ABOUT THIS TASK
Give again, exactly as written, each line of the material below starting at the line that contains "from build123d import *" and ending at the line that contains "Line((0, 0), (0, 38.1))". Both ends count, and no other line does.

☆ ☆ ☆

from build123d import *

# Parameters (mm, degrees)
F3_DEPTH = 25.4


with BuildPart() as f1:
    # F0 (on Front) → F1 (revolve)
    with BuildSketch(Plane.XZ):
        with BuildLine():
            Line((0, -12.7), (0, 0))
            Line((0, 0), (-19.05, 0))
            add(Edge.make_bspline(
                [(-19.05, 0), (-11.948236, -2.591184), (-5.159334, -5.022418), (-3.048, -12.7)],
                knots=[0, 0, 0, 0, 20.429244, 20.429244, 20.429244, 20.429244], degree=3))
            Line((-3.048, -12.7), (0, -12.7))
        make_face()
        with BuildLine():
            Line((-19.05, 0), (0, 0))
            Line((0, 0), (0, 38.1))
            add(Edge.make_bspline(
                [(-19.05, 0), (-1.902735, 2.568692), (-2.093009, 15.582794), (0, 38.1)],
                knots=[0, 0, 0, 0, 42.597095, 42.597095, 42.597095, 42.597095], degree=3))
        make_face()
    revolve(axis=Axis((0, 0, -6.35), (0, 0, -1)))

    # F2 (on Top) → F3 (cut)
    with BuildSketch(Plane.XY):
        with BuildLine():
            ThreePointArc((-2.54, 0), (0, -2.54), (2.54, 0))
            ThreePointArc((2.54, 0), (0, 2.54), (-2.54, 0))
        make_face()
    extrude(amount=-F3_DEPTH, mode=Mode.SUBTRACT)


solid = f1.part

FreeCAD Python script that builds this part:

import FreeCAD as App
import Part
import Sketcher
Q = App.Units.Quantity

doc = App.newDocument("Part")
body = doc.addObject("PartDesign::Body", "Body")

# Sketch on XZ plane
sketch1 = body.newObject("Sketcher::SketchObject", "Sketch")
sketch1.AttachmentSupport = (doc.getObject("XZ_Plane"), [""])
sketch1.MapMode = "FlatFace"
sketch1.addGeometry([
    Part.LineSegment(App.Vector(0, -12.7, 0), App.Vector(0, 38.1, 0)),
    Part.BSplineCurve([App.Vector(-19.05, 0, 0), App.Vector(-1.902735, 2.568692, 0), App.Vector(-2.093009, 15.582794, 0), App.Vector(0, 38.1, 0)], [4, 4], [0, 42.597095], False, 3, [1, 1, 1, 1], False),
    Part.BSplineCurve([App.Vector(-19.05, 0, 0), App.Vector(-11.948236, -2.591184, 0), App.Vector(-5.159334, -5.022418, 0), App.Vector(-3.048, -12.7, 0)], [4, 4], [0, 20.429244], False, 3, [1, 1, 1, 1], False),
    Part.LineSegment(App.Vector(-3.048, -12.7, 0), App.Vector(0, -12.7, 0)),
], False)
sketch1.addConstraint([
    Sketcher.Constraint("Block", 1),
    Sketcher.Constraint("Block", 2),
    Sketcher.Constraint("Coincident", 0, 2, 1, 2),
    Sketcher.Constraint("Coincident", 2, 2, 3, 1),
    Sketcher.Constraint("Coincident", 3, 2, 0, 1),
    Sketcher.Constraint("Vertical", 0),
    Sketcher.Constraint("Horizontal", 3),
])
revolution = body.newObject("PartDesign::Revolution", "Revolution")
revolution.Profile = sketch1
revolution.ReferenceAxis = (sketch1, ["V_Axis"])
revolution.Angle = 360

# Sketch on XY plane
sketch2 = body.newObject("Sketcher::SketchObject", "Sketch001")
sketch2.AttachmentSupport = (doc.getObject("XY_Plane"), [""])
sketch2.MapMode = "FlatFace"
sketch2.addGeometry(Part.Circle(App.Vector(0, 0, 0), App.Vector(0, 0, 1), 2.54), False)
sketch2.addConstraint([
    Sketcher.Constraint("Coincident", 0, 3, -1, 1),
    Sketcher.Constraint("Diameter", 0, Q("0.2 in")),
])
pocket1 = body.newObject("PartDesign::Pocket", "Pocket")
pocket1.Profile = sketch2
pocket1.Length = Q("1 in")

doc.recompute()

☆ ☆ ☆

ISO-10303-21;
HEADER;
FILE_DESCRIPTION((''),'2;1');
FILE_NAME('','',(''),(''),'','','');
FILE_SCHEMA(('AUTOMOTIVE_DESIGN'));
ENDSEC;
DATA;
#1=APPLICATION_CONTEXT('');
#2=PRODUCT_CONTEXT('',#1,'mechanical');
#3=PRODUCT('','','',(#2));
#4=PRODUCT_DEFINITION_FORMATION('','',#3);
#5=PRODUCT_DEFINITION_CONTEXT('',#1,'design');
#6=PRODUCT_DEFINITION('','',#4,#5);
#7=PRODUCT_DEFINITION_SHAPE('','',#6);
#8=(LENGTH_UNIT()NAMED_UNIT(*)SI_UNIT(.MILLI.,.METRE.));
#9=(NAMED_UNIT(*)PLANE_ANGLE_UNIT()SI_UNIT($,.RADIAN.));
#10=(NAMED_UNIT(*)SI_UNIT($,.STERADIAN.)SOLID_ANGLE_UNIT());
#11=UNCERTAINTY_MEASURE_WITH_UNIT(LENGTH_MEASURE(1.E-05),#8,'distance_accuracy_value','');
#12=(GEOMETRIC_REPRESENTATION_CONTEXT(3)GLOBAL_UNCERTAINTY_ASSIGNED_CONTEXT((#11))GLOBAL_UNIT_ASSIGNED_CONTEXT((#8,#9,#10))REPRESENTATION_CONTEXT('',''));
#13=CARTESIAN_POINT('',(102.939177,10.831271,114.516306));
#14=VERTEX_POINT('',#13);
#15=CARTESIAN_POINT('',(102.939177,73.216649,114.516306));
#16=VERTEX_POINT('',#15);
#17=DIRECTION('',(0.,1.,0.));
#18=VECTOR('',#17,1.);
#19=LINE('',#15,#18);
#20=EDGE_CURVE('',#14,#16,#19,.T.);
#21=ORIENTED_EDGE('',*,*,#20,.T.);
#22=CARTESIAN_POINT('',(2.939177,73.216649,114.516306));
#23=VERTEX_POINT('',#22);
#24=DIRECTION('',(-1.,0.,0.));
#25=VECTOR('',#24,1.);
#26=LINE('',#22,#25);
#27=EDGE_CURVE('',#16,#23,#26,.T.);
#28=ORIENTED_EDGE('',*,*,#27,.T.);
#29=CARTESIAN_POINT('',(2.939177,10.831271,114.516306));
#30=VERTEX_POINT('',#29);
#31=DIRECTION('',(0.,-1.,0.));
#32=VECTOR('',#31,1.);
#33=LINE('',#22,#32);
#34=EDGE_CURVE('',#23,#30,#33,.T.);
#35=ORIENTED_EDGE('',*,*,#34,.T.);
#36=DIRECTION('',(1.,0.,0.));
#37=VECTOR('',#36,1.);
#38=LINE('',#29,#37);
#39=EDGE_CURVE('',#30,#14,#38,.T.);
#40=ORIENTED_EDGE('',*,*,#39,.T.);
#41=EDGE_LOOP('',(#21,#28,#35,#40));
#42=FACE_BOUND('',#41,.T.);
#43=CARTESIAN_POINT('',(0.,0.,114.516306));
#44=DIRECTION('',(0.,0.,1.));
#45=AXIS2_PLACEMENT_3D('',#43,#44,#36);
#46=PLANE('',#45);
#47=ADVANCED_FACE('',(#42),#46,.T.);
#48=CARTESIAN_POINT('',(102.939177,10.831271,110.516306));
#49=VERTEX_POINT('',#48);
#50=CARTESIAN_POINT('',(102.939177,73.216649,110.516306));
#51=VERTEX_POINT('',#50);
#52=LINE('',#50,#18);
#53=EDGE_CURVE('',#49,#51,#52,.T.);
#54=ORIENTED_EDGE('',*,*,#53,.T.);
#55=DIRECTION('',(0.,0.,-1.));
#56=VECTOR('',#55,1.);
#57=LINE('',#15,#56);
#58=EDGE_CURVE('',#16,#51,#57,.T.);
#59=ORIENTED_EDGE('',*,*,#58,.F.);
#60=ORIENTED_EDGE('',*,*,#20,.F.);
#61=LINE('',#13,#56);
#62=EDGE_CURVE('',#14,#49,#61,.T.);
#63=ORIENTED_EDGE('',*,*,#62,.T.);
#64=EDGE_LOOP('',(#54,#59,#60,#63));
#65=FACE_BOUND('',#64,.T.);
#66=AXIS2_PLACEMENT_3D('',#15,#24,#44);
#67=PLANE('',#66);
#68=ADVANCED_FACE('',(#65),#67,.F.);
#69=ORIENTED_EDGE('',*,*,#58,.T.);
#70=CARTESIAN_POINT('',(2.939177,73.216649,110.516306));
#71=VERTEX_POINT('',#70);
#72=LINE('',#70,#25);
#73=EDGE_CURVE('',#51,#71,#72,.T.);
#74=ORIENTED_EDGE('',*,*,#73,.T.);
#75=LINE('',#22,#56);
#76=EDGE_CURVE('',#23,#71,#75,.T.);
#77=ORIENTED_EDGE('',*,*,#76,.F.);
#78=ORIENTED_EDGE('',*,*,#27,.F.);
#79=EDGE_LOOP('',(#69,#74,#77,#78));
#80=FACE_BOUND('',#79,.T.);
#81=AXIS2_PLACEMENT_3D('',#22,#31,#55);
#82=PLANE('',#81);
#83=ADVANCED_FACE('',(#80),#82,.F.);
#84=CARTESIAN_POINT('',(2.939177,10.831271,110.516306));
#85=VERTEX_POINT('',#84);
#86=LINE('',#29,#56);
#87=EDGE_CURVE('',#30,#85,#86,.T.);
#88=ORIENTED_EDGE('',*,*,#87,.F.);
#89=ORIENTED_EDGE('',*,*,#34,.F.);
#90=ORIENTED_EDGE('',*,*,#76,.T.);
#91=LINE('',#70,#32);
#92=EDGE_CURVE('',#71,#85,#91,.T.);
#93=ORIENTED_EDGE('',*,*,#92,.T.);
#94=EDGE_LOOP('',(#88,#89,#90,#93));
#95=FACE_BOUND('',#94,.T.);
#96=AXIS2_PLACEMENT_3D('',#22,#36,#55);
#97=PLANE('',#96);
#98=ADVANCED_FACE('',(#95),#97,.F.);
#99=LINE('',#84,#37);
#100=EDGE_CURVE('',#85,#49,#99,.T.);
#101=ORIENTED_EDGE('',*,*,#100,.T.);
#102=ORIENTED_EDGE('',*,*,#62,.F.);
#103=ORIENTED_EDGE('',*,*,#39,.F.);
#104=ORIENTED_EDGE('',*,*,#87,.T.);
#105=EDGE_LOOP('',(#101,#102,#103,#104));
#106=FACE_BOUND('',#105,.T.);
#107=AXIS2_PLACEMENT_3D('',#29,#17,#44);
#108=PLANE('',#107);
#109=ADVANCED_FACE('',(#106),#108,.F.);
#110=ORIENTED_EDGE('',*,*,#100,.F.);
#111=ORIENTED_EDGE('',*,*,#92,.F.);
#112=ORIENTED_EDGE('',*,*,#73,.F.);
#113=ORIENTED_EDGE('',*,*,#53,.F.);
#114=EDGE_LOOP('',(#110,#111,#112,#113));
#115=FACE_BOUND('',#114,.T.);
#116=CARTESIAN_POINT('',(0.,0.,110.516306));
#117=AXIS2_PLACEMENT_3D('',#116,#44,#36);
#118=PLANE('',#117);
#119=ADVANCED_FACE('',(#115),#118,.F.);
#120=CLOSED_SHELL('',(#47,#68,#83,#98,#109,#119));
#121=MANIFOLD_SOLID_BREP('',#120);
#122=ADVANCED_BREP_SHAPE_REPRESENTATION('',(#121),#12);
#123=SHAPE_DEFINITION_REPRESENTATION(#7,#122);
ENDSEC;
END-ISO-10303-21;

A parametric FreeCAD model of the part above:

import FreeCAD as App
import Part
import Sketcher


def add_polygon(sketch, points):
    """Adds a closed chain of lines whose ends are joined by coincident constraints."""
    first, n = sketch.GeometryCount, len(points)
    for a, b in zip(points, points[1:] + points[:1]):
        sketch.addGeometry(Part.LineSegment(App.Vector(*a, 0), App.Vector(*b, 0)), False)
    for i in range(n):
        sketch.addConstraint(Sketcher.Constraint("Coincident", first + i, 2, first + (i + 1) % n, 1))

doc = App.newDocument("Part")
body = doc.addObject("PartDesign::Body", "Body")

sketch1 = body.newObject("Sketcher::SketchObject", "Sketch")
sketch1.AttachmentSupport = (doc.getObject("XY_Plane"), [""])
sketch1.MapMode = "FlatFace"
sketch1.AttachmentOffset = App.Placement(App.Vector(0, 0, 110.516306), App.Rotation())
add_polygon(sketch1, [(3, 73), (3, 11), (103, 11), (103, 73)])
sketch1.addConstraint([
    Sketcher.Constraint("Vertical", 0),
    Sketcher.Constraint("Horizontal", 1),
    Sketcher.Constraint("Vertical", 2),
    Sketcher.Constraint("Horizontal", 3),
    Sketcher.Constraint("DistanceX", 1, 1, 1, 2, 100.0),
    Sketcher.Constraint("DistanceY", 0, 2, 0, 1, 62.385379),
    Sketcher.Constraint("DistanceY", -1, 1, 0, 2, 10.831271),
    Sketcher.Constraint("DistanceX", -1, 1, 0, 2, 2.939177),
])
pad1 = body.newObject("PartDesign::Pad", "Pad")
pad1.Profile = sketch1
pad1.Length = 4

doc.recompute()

☆ ☆ ☆

FINISHED TASK
from build123d import *

# Parameters (mm, degrees)
F3_DEPTH = 25.4


with BuildPart() as f1:
    # F0 (on Front) → F1 (revolve)
    with BuildSketch(Plane.XZ):
        with BuildLine():
            Line((0, -12.7), (0, 0))
            Line((0, 0), (-19.05, 0))
            add(Edge.make_bspline(
                [(-19.05, 0), (-11.948236, -2.591184), (-5.159334, -5.022418), (-3.048, -12.7)],
                knots=[0, 0, 0, 0, 20.429244, 20.429244, 20.429244, 20.429244], degree=3))
            Line((-3.048, -12.7), (0, -12.7))
        make_face()
        with BuildLine():
            Line((-19.05, 0), (0, 0))
            Line((0, 0), (0, 38.1))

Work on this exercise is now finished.